* [Exercise directions]: Copy out exactly the lines below that run from the one holding "#185=FACE_BOUND('',#184,.T.);" to the one holding "#216=ORIENTED_EDGE('',*,*,#159,.T.);", keeping both of those lines and no others.

* [Records to process]:
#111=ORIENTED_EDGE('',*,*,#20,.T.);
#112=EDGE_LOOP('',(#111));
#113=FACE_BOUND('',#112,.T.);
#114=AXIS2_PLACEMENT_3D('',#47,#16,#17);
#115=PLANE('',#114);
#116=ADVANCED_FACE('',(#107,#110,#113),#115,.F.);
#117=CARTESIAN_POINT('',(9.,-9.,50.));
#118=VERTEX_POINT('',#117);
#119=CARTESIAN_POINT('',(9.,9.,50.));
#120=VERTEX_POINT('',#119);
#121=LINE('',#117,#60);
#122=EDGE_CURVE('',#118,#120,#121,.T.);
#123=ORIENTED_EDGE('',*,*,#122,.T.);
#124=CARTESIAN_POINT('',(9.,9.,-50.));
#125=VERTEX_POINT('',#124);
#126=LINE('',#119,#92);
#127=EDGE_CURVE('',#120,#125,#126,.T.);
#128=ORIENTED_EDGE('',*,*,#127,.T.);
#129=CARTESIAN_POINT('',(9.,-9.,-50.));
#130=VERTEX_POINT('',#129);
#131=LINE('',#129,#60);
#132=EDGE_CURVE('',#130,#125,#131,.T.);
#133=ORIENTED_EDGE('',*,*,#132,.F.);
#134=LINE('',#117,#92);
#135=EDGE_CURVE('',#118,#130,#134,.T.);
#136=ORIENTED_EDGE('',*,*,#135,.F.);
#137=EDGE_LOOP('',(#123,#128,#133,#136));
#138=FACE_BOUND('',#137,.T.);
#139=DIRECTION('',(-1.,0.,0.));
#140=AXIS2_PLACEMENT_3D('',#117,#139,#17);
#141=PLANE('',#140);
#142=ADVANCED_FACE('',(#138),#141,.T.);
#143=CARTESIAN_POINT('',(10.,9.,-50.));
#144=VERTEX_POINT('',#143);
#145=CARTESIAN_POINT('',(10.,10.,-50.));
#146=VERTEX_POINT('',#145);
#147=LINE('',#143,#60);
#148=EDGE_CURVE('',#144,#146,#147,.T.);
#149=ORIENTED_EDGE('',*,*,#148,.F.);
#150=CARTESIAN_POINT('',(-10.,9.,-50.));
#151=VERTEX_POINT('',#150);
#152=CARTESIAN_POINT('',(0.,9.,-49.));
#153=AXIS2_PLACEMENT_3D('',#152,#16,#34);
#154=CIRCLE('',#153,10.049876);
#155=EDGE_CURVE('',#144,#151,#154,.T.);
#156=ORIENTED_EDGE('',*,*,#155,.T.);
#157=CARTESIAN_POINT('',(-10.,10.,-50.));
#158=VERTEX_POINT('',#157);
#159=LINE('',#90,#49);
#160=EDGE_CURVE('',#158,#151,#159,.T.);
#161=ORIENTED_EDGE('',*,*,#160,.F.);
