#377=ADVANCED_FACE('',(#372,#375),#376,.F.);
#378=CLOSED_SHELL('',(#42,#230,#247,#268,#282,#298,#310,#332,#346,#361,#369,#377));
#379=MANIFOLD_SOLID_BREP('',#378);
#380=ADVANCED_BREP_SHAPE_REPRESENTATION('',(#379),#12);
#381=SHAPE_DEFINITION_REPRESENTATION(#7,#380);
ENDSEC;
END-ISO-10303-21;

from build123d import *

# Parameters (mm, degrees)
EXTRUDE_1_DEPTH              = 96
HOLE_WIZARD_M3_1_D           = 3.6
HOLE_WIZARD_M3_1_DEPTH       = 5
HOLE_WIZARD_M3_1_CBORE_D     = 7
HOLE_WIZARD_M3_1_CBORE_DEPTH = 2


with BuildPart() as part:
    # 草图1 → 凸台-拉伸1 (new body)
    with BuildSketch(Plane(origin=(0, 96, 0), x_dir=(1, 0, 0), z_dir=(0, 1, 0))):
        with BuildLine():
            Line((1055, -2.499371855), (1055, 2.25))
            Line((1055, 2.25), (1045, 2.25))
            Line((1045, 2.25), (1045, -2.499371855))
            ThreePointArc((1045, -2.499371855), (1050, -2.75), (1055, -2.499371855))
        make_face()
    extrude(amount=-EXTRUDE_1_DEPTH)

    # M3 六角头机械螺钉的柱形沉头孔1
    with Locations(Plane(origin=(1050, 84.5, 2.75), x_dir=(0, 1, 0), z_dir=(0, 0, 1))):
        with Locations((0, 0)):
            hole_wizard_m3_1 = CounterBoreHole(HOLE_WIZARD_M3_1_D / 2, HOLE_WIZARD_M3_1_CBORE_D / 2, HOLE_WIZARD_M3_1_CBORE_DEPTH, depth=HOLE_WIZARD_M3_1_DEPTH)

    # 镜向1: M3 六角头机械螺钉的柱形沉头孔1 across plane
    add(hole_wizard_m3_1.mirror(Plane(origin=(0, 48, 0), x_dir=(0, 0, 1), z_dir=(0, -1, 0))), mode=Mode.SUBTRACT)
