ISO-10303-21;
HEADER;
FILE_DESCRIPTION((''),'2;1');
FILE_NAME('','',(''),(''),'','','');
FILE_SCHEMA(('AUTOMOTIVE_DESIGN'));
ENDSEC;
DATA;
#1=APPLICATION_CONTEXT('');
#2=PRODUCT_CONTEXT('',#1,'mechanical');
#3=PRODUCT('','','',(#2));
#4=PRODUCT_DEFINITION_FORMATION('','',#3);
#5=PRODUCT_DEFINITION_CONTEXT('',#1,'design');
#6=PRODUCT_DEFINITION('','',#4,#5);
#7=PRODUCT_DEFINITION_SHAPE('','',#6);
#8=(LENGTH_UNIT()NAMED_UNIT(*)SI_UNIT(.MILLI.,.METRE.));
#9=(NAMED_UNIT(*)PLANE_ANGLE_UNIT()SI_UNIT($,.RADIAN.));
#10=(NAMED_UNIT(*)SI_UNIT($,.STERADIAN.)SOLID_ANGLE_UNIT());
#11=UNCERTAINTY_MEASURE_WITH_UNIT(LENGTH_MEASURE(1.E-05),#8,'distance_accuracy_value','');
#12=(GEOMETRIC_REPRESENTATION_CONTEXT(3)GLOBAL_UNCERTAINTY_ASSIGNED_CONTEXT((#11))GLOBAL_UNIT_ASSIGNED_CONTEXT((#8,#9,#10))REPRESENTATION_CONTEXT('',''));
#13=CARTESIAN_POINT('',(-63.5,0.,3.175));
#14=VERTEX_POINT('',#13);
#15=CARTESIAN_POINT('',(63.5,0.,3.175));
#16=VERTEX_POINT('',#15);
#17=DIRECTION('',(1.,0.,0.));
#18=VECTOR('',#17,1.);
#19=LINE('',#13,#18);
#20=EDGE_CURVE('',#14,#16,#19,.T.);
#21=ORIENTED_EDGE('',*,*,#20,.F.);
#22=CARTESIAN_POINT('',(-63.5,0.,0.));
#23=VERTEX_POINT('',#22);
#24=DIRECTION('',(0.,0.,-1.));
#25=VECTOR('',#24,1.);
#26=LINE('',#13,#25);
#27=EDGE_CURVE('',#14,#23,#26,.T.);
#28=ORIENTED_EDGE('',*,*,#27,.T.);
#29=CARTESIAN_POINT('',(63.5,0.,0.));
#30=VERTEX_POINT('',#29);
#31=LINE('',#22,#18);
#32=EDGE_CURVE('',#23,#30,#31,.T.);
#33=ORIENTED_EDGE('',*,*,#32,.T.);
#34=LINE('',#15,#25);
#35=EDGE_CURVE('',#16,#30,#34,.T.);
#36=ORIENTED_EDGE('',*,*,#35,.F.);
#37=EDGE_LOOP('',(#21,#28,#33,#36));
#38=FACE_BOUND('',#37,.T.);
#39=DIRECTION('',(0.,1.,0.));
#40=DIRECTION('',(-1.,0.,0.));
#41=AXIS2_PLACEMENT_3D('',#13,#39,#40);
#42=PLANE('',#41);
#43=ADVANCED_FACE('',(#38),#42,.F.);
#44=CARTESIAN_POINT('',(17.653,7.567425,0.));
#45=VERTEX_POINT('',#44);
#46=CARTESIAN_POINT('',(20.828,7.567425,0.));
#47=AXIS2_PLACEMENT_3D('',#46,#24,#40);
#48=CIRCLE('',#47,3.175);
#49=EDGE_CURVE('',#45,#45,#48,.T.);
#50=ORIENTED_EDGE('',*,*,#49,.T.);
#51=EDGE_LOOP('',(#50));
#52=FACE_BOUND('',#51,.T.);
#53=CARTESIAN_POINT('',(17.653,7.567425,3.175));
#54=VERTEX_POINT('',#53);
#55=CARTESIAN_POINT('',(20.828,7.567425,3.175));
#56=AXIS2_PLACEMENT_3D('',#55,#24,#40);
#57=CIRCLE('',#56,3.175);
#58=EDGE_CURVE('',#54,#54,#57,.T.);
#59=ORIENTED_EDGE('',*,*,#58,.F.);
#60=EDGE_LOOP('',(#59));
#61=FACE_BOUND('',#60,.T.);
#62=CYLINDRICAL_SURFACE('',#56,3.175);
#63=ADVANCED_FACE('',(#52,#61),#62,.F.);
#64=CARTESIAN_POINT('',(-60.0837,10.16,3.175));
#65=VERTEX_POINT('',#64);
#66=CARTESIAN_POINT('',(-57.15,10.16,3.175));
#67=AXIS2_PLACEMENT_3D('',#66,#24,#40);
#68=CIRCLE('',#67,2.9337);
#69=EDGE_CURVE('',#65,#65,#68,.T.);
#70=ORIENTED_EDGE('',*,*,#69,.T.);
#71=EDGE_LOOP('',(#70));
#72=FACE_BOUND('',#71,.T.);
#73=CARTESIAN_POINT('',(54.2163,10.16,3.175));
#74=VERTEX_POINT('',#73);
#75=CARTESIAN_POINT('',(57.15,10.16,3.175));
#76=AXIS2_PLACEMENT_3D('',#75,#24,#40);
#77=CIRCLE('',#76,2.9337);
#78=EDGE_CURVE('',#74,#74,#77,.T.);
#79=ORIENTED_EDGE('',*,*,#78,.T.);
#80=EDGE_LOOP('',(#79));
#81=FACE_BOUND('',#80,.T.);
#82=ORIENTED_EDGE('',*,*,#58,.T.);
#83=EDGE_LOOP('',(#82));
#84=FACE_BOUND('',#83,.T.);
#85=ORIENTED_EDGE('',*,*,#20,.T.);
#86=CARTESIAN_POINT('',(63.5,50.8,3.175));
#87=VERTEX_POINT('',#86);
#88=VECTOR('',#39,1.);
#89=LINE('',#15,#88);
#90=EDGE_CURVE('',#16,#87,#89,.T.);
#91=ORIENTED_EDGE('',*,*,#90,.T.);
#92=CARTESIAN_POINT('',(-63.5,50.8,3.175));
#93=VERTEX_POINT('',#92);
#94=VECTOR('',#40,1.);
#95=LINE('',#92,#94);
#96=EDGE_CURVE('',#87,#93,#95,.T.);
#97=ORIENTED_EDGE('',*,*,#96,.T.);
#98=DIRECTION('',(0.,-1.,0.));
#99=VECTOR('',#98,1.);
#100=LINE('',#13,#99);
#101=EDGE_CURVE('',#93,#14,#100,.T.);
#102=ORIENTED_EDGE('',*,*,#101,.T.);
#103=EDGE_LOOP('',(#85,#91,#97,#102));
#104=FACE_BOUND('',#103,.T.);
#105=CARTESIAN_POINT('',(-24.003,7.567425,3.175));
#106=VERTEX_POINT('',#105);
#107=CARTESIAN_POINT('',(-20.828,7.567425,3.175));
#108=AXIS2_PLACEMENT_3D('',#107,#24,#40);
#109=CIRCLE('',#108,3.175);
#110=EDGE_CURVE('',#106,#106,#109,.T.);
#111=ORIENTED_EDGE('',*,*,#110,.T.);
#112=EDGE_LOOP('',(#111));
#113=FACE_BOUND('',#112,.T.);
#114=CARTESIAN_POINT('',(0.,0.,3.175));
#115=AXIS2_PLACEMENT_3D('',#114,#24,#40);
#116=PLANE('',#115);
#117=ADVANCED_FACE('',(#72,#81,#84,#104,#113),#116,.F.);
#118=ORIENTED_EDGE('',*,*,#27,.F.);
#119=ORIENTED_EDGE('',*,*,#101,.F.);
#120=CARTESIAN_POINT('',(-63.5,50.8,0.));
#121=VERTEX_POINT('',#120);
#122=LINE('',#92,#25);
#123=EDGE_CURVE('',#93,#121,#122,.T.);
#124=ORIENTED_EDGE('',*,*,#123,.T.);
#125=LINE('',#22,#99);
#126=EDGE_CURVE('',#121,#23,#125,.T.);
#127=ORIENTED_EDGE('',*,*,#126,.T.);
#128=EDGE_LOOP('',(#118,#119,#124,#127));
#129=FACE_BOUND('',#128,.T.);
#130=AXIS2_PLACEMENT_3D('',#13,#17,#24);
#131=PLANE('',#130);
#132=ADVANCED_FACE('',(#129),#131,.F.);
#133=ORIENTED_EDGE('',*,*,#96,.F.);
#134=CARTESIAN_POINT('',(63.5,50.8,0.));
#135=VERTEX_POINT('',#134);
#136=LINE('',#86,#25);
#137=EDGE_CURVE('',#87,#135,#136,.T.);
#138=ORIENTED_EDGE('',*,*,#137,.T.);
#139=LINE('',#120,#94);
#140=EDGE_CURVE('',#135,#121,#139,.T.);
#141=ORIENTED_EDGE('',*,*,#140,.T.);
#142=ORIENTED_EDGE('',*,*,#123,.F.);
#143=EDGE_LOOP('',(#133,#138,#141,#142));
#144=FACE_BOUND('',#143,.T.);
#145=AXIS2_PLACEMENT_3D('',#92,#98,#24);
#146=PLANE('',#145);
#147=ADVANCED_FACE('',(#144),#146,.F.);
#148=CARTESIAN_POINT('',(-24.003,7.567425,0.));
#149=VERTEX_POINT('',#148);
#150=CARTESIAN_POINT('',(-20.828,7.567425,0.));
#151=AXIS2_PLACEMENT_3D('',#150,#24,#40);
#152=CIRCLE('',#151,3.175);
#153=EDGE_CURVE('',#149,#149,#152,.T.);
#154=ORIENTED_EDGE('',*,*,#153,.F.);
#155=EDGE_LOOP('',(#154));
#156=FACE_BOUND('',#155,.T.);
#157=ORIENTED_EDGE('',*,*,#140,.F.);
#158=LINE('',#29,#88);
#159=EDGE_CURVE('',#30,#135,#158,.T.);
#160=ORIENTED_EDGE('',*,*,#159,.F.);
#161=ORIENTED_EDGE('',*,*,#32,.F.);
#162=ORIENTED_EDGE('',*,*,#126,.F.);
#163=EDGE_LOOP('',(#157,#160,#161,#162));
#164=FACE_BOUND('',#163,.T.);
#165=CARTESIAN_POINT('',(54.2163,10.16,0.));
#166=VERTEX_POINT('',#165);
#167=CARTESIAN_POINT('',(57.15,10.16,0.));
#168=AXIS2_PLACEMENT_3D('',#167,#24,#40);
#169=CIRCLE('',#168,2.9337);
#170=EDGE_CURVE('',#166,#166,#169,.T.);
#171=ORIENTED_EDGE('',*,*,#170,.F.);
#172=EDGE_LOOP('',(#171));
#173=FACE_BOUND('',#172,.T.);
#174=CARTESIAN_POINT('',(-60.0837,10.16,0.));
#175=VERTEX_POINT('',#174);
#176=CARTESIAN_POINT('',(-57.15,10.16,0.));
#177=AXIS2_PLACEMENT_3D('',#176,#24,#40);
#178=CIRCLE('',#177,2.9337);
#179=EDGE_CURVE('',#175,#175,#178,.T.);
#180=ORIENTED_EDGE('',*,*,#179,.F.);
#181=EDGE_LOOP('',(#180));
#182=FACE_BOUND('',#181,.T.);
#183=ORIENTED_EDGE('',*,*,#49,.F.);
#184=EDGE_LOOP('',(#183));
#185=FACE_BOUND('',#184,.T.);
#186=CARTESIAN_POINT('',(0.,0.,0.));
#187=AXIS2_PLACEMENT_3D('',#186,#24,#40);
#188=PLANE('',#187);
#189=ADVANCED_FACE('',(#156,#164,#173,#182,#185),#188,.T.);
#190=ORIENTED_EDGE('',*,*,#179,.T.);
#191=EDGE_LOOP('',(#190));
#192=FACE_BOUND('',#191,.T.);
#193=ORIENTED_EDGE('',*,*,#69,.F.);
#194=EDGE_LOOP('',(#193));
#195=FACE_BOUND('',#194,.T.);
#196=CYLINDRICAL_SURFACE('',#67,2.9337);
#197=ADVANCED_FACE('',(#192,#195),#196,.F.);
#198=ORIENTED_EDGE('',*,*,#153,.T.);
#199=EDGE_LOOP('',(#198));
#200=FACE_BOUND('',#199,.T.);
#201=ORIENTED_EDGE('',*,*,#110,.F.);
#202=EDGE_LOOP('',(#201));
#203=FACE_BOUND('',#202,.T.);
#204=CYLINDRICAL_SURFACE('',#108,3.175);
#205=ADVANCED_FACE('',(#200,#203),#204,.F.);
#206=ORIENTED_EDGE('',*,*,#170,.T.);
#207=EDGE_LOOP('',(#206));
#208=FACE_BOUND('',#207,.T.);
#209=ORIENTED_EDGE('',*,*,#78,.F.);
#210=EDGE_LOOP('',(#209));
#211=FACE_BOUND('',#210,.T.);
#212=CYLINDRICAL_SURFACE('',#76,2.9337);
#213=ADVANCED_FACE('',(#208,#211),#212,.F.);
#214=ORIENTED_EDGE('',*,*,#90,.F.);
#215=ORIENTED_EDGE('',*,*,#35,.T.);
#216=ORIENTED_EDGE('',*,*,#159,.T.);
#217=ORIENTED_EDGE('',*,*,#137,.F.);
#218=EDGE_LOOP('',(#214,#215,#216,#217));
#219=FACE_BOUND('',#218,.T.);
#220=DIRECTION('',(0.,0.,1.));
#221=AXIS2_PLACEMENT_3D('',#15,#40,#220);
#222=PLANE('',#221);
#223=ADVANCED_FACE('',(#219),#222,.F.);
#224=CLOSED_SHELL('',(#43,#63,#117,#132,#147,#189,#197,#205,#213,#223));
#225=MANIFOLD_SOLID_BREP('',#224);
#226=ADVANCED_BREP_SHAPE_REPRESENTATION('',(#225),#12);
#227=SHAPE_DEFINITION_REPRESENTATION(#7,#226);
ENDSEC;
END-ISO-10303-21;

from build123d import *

# Parameters (mm, degrees)
SKETCH1_W           = 127
SKETCH1_H           = 50.8
BOSS_EXTRUDE1_DEPTH = 3.175
SKETCH2_R           = 2.9337
SKETCH2_R_2         = 3.175
CUT_EXTRUDE1_DEPTH  = 4.175


with BuildPart() as part:
    # Sketch1 → Boss-Extrude1 (new body)
    with BuildSketch(Plane.XY):
        with Locations((0, 25.4)):
            Rectangle(SKETCH1_W, SKETCH1_H)
    extrude(amount=BOSS_EXTRUDE1_DEPTH)

    # Sketch2 → Cut-Extrude1 (cut, through all)
    with BuildSketch(Plane(origin=(0, 0, 0), x_dir=(-1, 0, 0), z_dir=(0, 0, -1))):
        with Locations((-57.15, 10.16)):
            Circle(SKETCH2_R)
        with Locations((57.15, 10.16)):
            Circle(SKETCH2_R)
        with Locations((20.828, 7.567424528)):
            Circle(SKETCH2_R_2)
        with Locations((-20.828, 7.567424528)):
            Circle(SKETCH2_R_2)
    extrude(amount=-CUT_EXTRUDE1_DEPTH, mode=Mode.SUBTRACT)


solid = part.part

* [Solution for this problem]:
#185=FACE_BOUND('',#184,.T.);
#186=CARTESIAN_POINT('',(0.,0.,0.));
#187=AXIS2_PLACEMENT_3D('',#186,#24,#40);
#188=PLANE('',#187);
#189=ADVANCED_FACE('',(#156,#164,#173,#182,#185),#188,.T.);
#190=ORIENTED_EDGE('',*,*,#179,.T.);
#191=EDGE_LOOP('',(#190));
#192=FACE_BOUND('',#191,.T.);
#193=ORIENTED_EDGE('',*,*,#69,.F.);
#194=EDGE_LOOP('',(#193));
#195=FACE_BOUND('',#194,.T.);
#196=CYLINDRICAL_SURFACE('',#67,2.9337);
#197=ADVANCED_FACE('',(#192,#195),#196,.F.);
#198=ORIENTED_EDGE('',*,*,#153,.T.);
#199=EDGE_LOOP('',(#198));
#200=FACE_BOUND('',#199,.T.);
#201=ORIENTED_EDGE('',*,*,#110,.F.);
#202=EDGE_LOOP('',(#201));
#203=FACE_BOUND('',#202,.T.);
#204=CYLINDRICAL_SURFACE('',#108,3.175);
#205=ADVANCED_FACE('',(#200,#203),#204,.F.);
#206=ORIENTED_EDGE('',*,*,#170,.T.);
#207=EDGE_LOOP('',(#206));
#208=FACE_BOUND('',#207,.T.);
#209=ORIENTED_EDGE('',*,*,#78,.F.);
#210=EDGE_LOOP('',(#209));
#211=FACE_BOUND('',#210,.T.);
#212=CYLINDRICAL_SURFACE('',#76,2.9337);
#213=ADVANCED_FACE('',(#208,#211),#212,.F.);
#214=ORIENTED_EDGE('',*,*,#90,.F.);
#215=ORIENTED_EDGE('',*,*,#35,.T.);
#216=ORIENTED_EDGE('',*,*,#159,.T.);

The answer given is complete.